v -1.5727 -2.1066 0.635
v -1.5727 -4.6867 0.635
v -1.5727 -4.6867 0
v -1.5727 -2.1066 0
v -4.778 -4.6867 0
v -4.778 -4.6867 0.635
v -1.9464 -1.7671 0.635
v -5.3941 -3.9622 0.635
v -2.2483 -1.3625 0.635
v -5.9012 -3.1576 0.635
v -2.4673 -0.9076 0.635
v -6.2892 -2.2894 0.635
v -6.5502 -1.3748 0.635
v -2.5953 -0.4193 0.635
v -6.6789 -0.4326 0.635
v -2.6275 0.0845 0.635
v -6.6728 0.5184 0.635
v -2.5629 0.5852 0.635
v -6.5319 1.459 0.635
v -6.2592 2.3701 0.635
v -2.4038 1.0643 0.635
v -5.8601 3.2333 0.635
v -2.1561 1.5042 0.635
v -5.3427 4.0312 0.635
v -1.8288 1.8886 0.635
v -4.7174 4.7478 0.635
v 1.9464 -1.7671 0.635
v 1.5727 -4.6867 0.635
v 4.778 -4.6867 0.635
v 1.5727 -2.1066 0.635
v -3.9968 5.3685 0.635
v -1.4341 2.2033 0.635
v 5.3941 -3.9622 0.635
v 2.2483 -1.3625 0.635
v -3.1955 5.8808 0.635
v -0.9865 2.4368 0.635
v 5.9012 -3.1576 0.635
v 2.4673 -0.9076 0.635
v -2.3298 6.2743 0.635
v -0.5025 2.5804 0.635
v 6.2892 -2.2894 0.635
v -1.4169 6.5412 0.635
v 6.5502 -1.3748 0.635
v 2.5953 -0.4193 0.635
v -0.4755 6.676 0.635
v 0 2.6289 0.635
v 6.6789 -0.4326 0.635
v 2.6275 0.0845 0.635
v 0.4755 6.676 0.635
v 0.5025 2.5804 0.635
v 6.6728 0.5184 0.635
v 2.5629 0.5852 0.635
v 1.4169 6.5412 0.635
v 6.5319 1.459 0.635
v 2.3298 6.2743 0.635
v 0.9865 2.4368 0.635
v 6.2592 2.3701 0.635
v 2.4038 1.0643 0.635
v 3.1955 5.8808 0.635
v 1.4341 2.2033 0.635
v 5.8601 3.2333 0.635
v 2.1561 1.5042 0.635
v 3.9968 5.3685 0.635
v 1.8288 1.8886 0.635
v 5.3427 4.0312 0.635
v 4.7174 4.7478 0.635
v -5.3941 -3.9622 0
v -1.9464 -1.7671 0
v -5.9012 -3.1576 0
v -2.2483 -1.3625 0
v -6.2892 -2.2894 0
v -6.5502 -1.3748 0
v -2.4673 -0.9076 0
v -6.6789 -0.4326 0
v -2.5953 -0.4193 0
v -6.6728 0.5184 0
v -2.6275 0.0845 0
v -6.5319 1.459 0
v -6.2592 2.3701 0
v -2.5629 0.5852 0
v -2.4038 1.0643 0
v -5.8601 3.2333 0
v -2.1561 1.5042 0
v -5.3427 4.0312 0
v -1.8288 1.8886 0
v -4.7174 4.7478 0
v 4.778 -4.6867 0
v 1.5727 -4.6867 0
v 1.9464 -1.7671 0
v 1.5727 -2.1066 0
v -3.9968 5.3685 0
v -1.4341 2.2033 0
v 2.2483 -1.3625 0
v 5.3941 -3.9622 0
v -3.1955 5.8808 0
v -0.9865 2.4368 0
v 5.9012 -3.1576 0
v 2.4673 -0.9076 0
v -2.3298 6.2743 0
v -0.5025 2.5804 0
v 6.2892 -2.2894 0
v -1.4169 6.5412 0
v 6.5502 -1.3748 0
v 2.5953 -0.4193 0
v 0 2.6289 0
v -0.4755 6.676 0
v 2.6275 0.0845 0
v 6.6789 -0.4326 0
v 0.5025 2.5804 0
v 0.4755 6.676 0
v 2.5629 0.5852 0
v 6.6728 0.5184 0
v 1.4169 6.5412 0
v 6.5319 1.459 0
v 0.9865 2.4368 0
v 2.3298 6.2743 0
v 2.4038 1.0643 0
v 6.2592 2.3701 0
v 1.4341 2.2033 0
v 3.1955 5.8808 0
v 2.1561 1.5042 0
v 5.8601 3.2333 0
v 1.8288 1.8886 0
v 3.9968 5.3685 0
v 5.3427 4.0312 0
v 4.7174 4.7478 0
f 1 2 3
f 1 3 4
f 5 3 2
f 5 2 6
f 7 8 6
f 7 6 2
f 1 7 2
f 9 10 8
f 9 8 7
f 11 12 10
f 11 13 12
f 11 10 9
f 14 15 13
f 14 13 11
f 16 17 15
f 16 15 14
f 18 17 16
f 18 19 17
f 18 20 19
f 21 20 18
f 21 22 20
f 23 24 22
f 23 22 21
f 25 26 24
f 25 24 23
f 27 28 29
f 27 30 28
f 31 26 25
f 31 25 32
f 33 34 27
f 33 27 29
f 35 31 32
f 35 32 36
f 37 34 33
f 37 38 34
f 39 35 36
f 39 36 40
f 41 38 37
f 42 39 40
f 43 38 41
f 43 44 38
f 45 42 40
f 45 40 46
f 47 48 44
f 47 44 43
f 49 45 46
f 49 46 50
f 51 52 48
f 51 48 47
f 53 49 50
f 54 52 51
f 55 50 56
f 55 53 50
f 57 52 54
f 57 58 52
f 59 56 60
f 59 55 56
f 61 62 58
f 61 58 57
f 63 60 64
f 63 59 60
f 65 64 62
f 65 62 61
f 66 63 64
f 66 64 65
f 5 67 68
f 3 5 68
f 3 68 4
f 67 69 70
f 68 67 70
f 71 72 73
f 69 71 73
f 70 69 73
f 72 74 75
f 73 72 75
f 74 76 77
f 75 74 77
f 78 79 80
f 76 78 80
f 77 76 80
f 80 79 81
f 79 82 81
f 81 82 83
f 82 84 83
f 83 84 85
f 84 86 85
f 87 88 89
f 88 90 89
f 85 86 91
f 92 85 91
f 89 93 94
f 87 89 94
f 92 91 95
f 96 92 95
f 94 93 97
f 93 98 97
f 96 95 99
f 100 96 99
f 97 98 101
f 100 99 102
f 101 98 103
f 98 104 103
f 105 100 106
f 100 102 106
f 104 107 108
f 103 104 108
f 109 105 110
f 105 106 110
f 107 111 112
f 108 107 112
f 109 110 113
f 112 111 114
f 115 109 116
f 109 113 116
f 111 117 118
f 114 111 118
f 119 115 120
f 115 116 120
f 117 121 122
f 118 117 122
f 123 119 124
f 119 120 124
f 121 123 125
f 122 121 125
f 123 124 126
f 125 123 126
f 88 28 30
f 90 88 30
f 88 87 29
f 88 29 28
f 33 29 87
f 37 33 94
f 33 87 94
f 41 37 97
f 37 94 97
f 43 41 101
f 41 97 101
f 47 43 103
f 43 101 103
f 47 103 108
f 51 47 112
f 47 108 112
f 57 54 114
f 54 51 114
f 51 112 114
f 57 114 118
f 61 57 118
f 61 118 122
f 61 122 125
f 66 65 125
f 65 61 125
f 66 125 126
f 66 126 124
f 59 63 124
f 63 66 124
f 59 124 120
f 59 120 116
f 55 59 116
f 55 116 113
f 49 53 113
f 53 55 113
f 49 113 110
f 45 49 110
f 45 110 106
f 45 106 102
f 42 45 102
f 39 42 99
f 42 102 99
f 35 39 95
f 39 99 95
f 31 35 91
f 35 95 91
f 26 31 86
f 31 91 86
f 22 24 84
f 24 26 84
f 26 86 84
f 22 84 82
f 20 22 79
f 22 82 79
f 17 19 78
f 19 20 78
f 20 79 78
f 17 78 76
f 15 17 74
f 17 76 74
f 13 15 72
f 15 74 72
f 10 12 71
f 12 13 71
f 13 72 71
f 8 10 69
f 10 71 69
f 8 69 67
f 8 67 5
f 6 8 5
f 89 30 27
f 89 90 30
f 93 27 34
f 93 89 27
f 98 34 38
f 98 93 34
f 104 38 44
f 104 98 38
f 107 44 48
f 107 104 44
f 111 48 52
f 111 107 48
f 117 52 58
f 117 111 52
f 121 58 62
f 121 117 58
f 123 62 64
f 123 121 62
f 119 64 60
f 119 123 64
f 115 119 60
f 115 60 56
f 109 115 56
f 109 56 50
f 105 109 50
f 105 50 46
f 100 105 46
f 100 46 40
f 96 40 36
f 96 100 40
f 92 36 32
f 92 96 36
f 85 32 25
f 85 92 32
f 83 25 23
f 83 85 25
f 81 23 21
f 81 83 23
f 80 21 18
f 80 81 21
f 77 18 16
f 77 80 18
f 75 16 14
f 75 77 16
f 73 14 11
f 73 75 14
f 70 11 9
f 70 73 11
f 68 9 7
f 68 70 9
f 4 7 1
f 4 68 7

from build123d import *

# Parameters (mm, degrees)
SKETCH1_R      = 6.6929
SKETCH1_R_2    = 2.6289
EXTRUDE1_DEPTH = 0.635
EXTRUDE2_START = -0.635
EXTRUDE2_DEPTH = 0.635
SKETCH5_W      = 3.145443006
SKETCH5_H      = 4.115631968
EXTRUDE3_DEPTH = 0.635


# Read off the part's stored shape, not the designer's step: Extrude2
with BuildPart() as part:
    # Sketch1 → Extrude1 (new body)
    with BuildSketch(Plane.XY):
        Circle(SKETCH1_R)
        Circle(SKETCH1_R_2, mode=Mode.SUBTRACT)
    extrude(amount=EXTRUDE1_DEPTH)

    # Extrude2 outline → Extrude2 (cut)
    with BuildSketch(Plane.XY.offset(0.635).offset(EXTRUDE2_START)):
        with BuildLine():
            Line((4.778033454, -4.686715984), (-4.778033454, -4.686715984))
            ThreePointArc((-4.778033454, -4.686715984), (0, -6.6929), (4.778033454, -4.686715984))
        make_face()
    extrude(amount=EXTRUDE2_DEPTH, mode=Mode.SUBTRACT)

    # Sketch5 → Extrude3 (cut)
    with BuildSketch(Plane.XY.offset(0.635)):
        with Locations((0, -2.6289)):
            Rectangle(SKETCH5_W, SKETCH5_H)
    extrude(amount=-EXTRUDE3_DEPTH, mode=Mode.SUBTRACT)


solid = part.part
_____
▸ What you need to do
From the entries above, restate word for word the lines from the line containing "v -2.1561 1.5042 0.635" to the line containing "v 5.9012 -3.1576 0.635", both ends included, and nothing more.

▸ Finished exercise
v -2.1561 1.5042 0.635
v -5.3427 4.0312 0.635
v -1.8288 1.8886 0.635
v -4.7174 4.7478 0.635
v 1.9464 -1.7671 0.635
v 1.5727 -4.6867 0.635
v 4.778 -4.6867 0.635
v 1.5727 -2.1066 0.635
v -3.9968 5.3685 0.635
v -1.4341 2.2033 0.635
v 5.3941 -3.9622 0.635
v 2.2483 -1.3625 0.635
v -3.1955 5.8808 0.635
v -0.9865 2.4368 0.635
v 5.9012 -3.1576 0.635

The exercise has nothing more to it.